Saved entries:
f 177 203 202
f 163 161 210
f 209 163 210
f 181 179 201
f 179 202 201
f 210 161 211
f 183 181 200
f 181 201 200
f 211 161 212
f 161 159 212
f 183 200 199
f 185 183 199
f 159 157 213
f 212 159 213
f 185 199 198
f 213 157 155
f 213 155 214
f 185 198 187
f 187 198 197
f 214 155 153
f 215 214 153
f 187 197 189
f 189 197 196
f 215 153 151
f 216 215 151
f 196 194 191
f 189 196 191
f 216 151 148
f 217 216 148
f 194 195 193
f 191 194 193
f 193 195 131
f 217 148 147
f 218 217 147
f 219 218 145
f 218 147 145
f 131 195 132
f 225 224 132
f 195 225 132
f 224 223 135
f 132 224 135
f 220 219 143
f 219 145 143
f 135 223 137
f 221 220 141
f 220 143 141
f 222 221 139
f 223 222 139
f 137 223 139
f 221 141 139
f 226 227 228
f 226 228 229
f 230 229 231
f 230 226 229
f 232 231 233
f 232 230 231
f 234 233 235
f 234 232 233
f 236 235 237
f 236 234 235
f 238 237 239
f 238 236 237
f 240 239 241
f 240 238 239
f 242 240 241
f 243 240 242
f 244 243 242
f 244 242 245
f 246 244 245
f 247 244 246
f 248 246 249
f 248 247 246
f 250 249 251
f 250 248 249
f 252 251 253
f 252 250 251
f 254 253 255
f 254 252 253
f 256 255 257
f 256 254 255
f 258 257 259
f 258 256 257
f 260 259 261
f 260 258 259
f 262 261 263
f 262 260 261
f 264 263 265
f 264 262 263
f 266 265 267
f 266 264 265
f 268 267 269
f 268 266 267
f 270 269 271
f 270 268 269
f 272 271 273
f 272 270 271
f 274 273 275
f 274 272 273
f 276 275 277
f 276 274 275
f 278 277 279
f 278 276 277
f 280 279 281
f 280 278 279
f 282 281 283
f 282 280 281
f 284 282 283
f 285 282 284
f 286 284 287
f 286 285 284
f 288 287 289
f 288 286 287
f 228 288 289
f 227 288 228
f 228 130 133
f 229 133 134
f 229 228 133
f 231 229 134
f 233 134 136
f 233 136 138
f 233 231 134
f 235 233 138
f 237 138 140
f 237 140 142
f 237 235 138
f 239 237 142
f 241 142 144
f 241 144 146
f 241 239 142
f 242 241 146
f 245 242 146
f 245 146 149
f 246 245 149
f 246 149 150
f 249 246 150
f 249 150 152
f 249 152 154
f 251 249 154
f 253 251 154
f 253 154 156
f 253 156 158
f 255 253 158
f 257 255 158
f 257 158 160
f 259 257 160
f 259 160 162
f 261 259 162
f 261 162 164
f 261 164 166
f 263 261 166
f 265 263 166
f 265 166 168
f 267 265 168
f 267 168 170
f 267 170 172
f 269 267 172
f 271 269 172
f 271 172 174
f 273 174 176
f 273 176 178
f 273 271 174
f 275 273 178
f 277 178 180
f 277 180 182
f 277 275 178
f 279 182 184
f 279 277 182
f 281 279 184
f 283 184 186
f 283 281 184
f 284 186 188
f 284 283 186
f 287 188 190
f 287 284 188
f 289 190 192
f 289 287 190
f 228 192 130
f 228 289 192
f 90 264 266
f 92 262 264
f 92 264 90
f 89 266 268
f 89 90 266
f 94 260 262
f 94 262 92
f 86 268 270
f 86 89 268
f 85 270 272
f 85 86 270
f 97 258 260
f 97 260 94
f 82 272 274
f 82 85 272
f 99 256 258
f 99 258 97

TASK INSTRUCTIONS
Set down all of the data above again, exactly.

EXERCISE RESULT
f 177 203 202
f 163 161 210
f 209 163 210
f 181 179 201
f 179 202 201
f 210 161 211
f 183 181 200
f 181 201 200
f 211 161 212
f 161 159 212
f 183 200 199
f 185 183 199
f 159 157 213
f 212 159 213
f 185 199 198
f 213 157 155
f 213 155 214
f 185 198 187
f 187 198 197
f 214 155 153
f 215 214 153
f 187 197 189
f 189 197 196
f 215 153 151
f 216 215 151
f 196 194 191
f 189 196 191
f 216 151 148
f 217 216 148
f 194 195 193
f 191 194 193
f 193 195 131
f 217 148 147
f 218 217 147
f 219 218 145
f 218 147 145
f 131 195 132
f 225 224 132
f 195 225 132
f 224 223 135
f 132 224 135
f 220 219 143
f 219 145 143
f 135 223 137
f 221 220 141
f 220 143 141
f 222 221 139
f 223 222 139
f 137 223 139
f 221 141 139
f 226 227 228
f 226 228 229
f 230 229 231
f 230 226 229
f 232 231 233
f 232 230 231
f 234 233 235
f 234 232 233
f 236 235 237
f 236 234 235
f 238 237 239
f 238 236 237
f 240 239 241
f 240 238 239
f 242 240 241
f 243 240 242
f 244 243 242
f 244 242 245
f 246 244 245
f 247 244 246
f 248 246 249
f 248 247 246
f 250 249 251
f 250 248 249
f 252 251 253
f 252 250 251
f 254 253 255
f 254 252 253
f 256 255 257
f 256 254 255
f 258 257 259
f 258 256 257
f 260 259 261
f 260 258 259
f 262 261 263
f 262 260 261
f 264 263 265
f 264 262 263
f 266 265 267
f 266 264 265
f 268 267 269
f 268 266 267
f 270 269 271
f 270 268 269
f 272 271 273
f 272 270 271
f 274 273 275
f 274 272 273
f 276 275 277
f 276 274 275
f 278 277 279
f 278 276 277
f 280 279 281
f 280 278 279
f 282 281 283
f 282 280 281
f 284 282 283
f 285 282 284
f 286 284 287
f 286 285 284
f 288 287 289
f 288 286 287
f 228 288 289
f 227 288 228
f 228 130 133
f 229 133 134
f 229 228 133
f 231 229 134
f 233 134 136
f 233 136 138
f 233 231 134
f 235 233 138
f 237 138 140
f 237 140 142
f 237 235 138
f 239 237 142
f 241 142 144
f 241 144 146
f 241 239 142
f 242 241 146
f 245 242 146
f 245 146 149
f 246 245 149
f 246 149 150
f 249 246 150
f 249 150 152
f 249 152 154
f 251 249 154
f 253 251 154
f 253 154 156
f 253 156 158
f 255 253 158
f 257 255 158
f 257 158 160
f 259 257 160
f 259 160 162
f 261 259 162
f 261 162 164
f 261 164 166
f 263 261 166
f 265 263 166
f 265 166 168
f 267 265 168
f 267 168 170
f 267 170 172
f 269 267 172
f 271 269 172
f 271 172 174
f 273 174 176
f 273 176 178
f 273 271 174
f 275 273 178
f 277 178 180
f 277 180 182
f 277 275 178
f 279 182 184
f 279 277 182
f 281 279 184
f 283 184 186
f 283 281 184
f 284 186 188
f 284 283 186
f 287 188 190
f 287 284 188
f 289 190 192
f 289 287 190
f 228 192 130
f 228 289 192
f 90 264 266
f 92 262 264
f 92 264 90
f 89 266 268
f 89 90 266
f 94 260 262
f 94 262 92
f 86 268 270
f 86 89 268
f 85 270 272
f 85 86 270
f 97 258 260
f 97 260 94
f 82 272 274
f 82 85 272
f 99 256 258
f 99 258 97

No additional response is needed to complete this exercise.